Task to complete: Return the data below exactly, but only from the line containing "v68 (10,3.273025,-45.14803)" through the line containing "v72 (10,73.273025,-5.14803)", with both of those lines included.

Study material:
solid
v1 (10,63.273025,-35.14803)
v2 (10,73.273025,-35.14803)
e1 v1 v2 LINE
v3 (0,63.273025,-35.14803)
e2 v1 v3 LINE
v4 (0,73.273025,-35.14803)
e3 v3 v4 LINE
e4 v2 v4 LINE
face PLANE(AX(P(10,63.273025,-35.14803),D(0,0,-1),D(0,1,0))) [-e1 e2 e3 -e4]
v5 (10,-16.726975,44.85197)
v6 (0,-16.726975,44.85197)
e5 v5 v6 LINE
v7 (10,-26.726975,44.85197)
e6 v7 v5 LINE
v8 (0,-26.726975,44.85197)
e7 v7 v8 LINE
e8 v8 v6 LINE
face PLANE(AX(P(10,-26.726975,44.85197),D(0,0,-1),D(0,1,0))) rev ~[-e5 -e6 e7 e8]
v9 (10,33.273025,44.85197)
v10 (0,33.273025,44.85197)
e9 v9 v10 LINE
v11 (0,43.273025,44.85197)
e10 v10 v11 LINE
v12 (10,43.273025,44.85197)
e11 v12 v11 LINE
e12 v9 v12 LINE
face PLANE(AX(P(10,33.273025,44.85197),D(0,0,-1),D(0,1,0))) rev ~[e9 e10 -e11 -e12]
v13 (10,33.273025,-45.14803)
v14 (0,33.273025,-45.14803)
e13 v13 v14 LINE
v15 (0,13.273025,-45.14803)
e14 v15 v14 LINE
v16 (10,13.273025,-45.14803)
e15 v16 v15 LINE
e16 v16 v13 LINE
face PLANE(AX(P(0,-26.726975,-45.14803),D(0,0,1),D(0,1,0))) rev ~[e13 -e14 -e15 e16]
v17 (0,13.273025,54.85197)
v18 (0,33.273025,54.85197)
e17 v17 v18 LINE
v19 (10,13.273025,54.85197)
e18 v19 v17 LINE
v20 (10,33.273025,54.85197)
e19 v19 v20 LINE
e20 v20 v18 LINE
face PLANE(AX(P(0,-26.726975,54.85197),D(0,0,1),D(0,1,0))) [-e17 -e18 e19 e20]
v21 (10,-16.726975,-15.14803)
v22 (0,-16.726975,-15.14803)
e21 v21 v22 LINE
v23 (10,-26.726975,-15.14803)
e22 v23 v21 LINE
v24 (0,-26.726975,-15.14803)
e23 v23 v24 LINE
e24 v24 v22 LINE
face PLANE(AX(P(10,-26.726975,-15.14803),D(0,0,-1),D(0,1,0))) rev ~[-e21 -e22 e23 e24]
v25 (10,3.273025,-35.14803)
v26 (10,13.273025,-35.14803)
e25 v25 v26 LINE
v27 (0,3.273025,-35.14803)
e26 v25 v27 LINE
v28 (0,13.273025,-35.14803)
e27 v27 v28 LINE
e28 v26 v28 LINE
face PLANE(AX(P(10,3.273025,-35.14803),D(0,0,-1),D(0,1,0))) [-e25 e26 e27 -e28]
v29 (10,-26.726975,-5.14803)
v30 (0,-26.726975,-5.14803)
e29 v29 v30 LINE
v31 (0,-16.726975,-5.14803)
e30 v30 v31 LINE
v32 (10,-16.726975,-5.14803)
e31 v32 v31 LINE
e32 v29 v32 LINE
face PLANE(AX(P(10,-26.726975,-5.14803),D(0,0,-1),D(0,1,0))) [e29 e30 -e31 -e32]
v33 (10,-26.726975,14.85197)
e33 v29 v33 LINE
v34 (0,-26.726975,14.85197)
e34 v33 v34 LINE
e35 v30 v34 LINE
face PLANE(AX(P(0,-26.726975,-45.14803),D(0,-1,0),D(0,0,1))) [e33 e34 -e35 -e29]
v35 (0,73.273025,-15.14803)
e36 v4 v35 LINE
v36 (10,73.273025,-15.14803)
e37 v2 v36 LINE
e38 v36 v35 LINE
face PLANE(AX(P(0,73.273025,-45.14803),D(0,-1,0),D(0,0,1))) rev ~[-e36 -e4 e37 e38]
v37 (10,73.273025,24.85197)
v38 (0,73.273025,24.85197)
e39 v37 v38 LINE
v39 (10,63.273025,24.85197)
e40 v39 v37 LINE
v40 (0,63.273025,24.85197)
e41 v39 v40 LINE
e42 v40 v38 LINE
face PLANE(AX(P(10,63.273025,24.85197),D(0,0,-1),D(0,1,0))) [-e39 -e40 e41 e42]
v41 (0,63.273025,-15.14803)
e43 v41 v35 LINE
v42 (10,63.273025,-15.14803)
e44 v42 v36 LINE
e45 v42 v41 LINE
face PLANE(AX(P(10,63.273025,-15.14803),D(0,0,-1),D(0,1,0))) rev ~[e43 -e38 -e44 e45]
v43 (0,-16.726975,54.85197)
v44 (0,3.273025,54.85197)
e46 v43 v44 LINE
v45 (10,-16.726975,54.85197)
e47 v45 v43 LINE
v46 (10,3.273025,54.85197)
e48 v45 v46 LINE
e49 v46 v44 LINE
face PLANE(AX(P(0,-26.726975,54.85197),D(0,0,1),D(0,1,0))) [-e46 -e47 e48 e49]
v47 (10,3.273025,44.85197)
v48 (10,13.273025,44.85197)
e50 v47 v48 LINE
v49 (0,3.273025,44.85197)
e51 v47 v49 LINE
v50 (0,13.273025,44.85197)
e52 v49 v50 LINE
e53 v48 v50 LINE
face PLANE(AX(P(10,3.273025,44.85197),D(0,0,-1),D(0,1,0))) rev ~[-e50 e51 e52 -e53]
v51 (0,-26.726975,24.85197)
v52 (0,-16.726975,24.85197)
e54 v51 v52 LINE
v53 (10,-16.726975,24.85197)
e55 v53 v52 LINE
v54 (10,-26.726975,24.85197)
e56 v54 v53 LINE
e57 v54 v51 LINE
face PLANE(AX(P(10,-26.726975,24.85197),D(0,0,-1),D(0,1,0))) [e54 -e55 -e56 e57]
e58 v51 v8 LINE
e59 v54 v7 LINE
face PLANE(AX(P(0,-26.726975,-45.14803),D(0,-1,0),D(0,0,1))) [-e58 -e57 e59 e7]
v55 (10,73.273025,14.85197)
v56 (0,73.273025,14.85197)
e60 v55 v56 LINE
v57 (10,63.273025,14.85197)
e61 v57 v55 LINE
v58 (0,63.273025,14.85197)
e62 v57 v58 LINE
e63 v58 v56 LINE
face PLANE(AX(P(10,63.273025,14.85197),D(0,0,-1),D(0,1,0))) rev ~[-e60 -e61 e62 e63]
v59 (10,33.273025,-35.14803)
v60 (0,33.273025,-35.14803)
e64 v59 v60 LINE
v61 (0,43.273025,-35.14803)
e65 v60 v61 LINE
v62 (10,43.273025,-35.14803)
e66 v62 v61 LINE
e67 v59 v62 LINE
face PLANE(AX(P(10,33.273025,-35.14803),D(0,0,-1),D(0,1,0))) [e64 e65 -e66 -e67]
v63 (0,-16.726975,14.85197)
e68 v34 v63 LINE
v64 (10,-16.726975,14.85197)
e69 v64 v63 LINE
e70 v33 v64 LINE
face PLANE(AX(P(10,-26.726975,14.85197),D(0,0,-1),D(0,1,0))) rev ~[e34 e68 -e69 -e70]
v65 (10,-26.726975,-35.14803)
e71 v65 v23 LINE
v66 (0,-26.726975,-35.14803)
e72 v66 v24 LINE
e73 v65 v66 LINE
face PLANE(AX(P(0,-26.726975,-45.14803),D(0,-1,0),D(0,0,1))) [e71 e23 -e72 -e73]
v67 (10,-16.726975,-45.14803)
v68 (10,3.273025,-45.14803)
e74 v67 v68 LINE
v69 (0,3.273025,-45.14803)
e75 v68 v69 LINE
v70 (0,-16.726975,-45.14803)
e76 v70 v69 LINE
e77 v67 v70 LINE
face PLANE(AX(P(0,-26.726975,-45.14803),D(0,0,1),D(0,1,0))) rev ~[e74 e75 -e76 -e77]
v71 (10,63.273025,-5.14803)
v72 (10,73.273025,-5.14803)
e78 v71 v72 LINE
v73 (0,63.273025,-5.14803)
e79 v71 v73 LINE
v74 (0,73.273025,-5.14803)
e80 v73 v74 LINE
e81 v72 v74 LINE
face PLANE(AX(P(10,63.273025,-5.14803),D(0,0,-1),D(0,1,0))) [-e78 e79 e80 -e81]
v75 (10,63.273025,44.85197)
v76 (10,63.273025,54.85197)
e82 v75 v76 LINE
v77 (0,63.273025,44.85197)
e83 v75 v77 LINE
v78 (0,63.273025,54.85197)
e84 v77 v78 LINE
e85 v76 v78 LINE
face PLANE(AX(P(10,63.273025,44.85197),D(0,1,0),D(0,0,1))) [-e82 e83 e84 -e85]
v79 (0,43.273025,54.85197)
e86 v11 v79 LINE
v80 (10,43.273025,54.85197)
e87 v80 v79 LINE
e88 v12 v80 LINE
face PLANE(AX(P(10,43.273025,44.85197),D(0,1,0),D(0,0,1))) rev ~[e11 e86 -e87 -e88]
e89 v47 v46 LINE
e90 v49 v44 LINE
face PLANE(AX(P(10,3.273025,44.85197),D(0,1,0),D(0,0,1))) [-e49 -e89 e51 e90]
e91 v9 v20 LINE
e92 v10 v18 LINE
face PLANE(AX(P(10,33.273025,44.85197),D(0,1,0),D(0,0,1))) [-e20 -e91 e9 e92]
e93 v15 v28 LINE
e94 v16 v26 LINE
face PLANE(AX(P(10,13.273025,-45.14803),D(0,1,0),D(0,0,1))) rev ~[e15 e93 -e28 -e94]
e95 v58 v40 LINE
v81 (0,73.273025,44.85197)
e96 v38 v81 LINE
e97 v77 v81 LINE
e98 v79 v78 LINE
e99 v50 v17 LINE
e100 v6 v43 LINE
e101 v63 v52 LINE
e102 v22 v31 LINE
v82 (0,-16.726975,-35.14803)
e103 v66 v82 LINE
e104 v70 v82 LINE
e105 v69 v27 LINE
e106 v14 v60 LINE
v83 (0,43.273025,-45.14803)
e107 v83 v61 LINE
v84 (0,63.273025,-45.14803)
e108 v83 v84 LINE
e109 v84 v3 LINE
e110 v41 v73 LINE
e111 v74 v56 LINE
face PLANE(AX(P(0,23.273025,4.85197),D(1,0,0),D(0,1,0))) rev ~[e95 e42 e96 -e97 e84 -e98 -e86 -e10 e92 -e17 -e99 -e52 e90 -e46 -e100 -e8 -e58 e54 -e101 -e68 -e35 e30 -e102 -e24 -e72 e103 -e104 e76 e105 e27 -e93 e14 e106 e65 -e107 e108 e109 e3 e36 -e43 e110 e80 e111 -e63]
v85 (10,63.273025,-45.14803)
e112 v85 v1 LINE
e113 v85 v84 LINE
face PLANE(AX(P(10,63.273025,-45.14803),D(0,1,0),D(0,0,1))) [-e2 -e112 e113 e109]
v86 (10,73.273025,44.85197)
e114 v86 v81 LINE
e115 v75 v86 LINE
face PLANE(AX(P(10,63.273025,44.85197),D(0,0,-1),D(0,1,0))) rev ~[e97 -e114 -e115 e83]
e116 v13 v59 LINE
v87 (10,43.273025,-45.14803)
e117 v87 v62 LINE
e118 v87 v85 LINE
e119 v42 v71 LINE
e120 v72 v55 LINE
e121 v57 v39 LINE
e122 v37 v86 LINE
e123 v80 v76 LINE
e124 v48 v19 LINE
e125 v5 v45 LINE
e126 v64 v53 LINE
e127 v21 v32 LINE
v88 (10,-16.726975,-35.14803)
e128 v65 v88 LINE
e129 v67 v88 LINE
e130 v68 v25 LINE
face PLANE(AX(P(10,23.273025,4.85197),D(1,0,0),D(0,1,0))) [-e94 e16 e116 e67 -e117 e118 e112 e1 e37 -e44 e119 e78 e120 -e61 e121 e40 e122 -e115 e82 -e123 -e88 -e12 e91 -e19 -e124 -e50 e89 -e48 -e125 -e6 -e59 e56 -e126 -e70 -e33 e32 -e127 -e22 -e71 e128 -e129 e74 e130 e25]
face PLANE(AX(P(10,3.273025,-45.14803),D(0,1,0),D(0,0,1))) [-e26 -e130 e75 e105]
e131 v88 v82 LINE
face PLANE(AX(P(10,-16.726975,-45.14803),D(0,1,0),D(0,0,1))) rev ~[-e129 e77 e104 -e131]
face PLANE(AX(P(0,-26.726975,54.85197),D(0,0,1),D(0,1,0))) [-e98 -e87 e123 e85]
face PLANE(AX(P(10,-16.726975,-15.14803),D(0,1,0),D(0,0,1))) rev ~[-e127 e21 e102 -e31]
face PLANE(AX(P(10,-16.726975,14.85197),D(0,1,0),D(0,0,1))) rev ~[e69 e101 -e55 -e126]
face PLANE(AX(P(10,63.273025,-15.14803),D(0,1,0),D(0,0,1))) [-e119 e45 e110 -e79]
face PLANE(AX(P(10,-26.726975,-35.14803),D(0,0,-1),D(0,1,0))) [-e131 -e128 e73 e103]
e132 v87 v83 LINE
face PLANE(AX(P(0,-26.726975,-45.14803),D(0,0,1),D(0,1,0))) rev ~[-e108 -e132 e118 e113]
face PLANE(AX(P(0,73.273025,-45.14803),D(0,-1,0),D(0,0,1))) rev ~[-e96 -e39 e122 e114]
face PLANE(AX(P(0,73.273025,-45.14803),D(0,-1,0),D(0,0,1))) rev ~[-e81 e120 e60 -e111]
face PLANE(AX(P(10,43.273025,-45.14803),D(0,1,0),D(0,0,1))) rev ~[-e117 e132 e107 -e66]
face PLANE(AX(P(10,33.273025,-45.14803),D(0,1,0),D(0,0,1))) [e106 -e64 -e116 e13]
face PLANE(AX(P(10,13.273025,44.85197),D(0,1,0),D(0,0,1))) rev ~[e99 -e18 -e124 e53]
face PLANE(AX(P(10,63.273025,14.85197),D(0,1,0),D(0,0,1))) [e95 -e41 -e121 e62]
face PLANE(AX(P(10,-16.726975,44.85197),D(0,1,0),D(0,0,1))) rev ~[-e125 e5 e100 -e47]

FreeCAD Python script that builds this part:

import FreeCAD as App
import Part
import Sketcher


def add_polygon(sketch, points):
    """Adds a closed chain of lines whose ends are joined by coincident constraints."""
    first, n = sketch.GeometryCount, len(points)
    for a, b in zip(points, points[1:] + points[:1]):
        sketch.addGeometry(Part.LineSegment(App.Vector(*a, 0), App.Vector(*b, 0)), False)
    for i in range(n):
        sketch.addConstraint(Sketcher.Constraint("Coincident", first + i, 2, first + (i + 1) % n, 1))

doc = App.newDocument("Part")
body = doc.addObject("PartDesign::Body", "Body")

sketch1 = doc.addObject("Sketcher::SketchObject", "Sketch")
body.addObject(sketch1)
sketch1.AttachmentSupport = (doc.YZ_Plane, [""])
sketch1.MapMode = "FlatFace"
add_polygon(sketch1, [(-27, 55), (-27, -45), (73, -45), (73, 55)])
sketch1.addConstraint([
    Sketcher.Constraint("Vertical", 0),
    Sketcher.Constraint("Horizontal", 1),
    Sketcher.Constraint("Vertical", 2),
    Sketcher.Constraint("Horizontal", 3),
    Sketcher.Constraint("Equal", 3, 0),
    Sketcher.Constraint("DistanceX", 1, 1, 1, 2, 100.0),
    Sketcher.Constraint("DistanceY", 0, 2, -1, 1, 45.14803),
    Sketcher.Constraint("DistanceX", 0, 2, -1, 1, 26.726975),
])
pad1 = doc.addObject("PartDesign::Pad", "Pad")
body.addObject(pad1)
pad1.Profile = sketch1
pad1.Length = 10

sketch2 = doc.addObject("Sketcher::SketchObject", "Sketch001")
body.addObject(sketch2)
sketch2.AttachmentSupport = (doc.YZ_Plane, [""])
sketch2.MapMode = "FlatFace"
sketch2.AttachmentOffset = App.Placement(App.Vector(0, 0, 10), App.Rotation())
add_polygon(sketch2, [(-27, 55), (-27, 45), (-17, 45), (-17, 55)])
sketch2.addConstraint([
    Sketcher.Constraint("Vertical", 0),
    Sketcher.Constraint("Horizontal", 1),
    Sketcher.Constraint("Vertical", 2),
    Sketcher.Constraint("Horizontal", 3),
    Sketcher.Constraint("Equal", 3, 0),
    Sketcher.Constraint("DistanceX", 1, 1, 1, 2, 10.0),
    Sketcher.Constraint("DistanceY", -1, 1, 0, 2, 44.85197),
    Sketcher.Constraint("DistanceX", 0, 2, -1, 1, 26.726975),
])
pocket1 = doc.addObject("PartDesign::Pocket", "Pocket")
body.addObject(pocket1)
pocket1.Profile = sketch2
pocket1.Length = 10

sketch3 = doc.addObject("Sketcher::SketchObject", "Sketch002")
body.addObject(sketch3)
sketch3.AttachmentSupport = (doc.YZ_Plane, [""])
sketch3.MapMode = "FlatFace"
sketch3.AttachmentOffset = App.Placement(App.Vector(0, 0, 10), App.Rotation())
add_polygon(sketch3, [(-27, 25), (-27, 15), (-17, 15), (-17, 25)])
sketch3.addConstraint([
    Sketcher.Constraint("Vertical", 0),
    Sketcher.Constraint("Horizontal", 1),
    Sketcher.Constraint("Vertical", 2),
    Sketcher.Constraint("Horizontal", 3),
    Sketcher.Constraint("Equal", 3, 0),
    Sketcher.Constraint("DistanceX", 1, 1, 1, 2, 10.0),
    Sketcher.Constraint("DistanceY", -1, 1, 0, 2, 14.85197),
    Sketcher.Constraint("DistanceX", 0, 2, -1, 1, 26.726975),
])
pocket2 = doc.addObject("PartDesign::Pocket", "Pocket001")
body.addObject(pocket2)
pocket2.Profile = sketch3
pocket2.Length = 25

Reply to the task:
v68 (10,3.273025,-45.14803)
e74 v67 v68 LINE
v69 (0,3.273025,-45.14803)
e75 v68 v69 LINE
v70 (0,-16.726975,-45.14803)
e76 v70 v69 LINE
e77 v67 v70 LINE
face PLANE(AX(P(0,-26.726975,-45.14803),D(0,0,1),D(0,1,0))) rev ~[e74 e75 -e76 -e77]
v71 (10,63.273025,-5.14803)
v72 (10,73.273025,-5.14803)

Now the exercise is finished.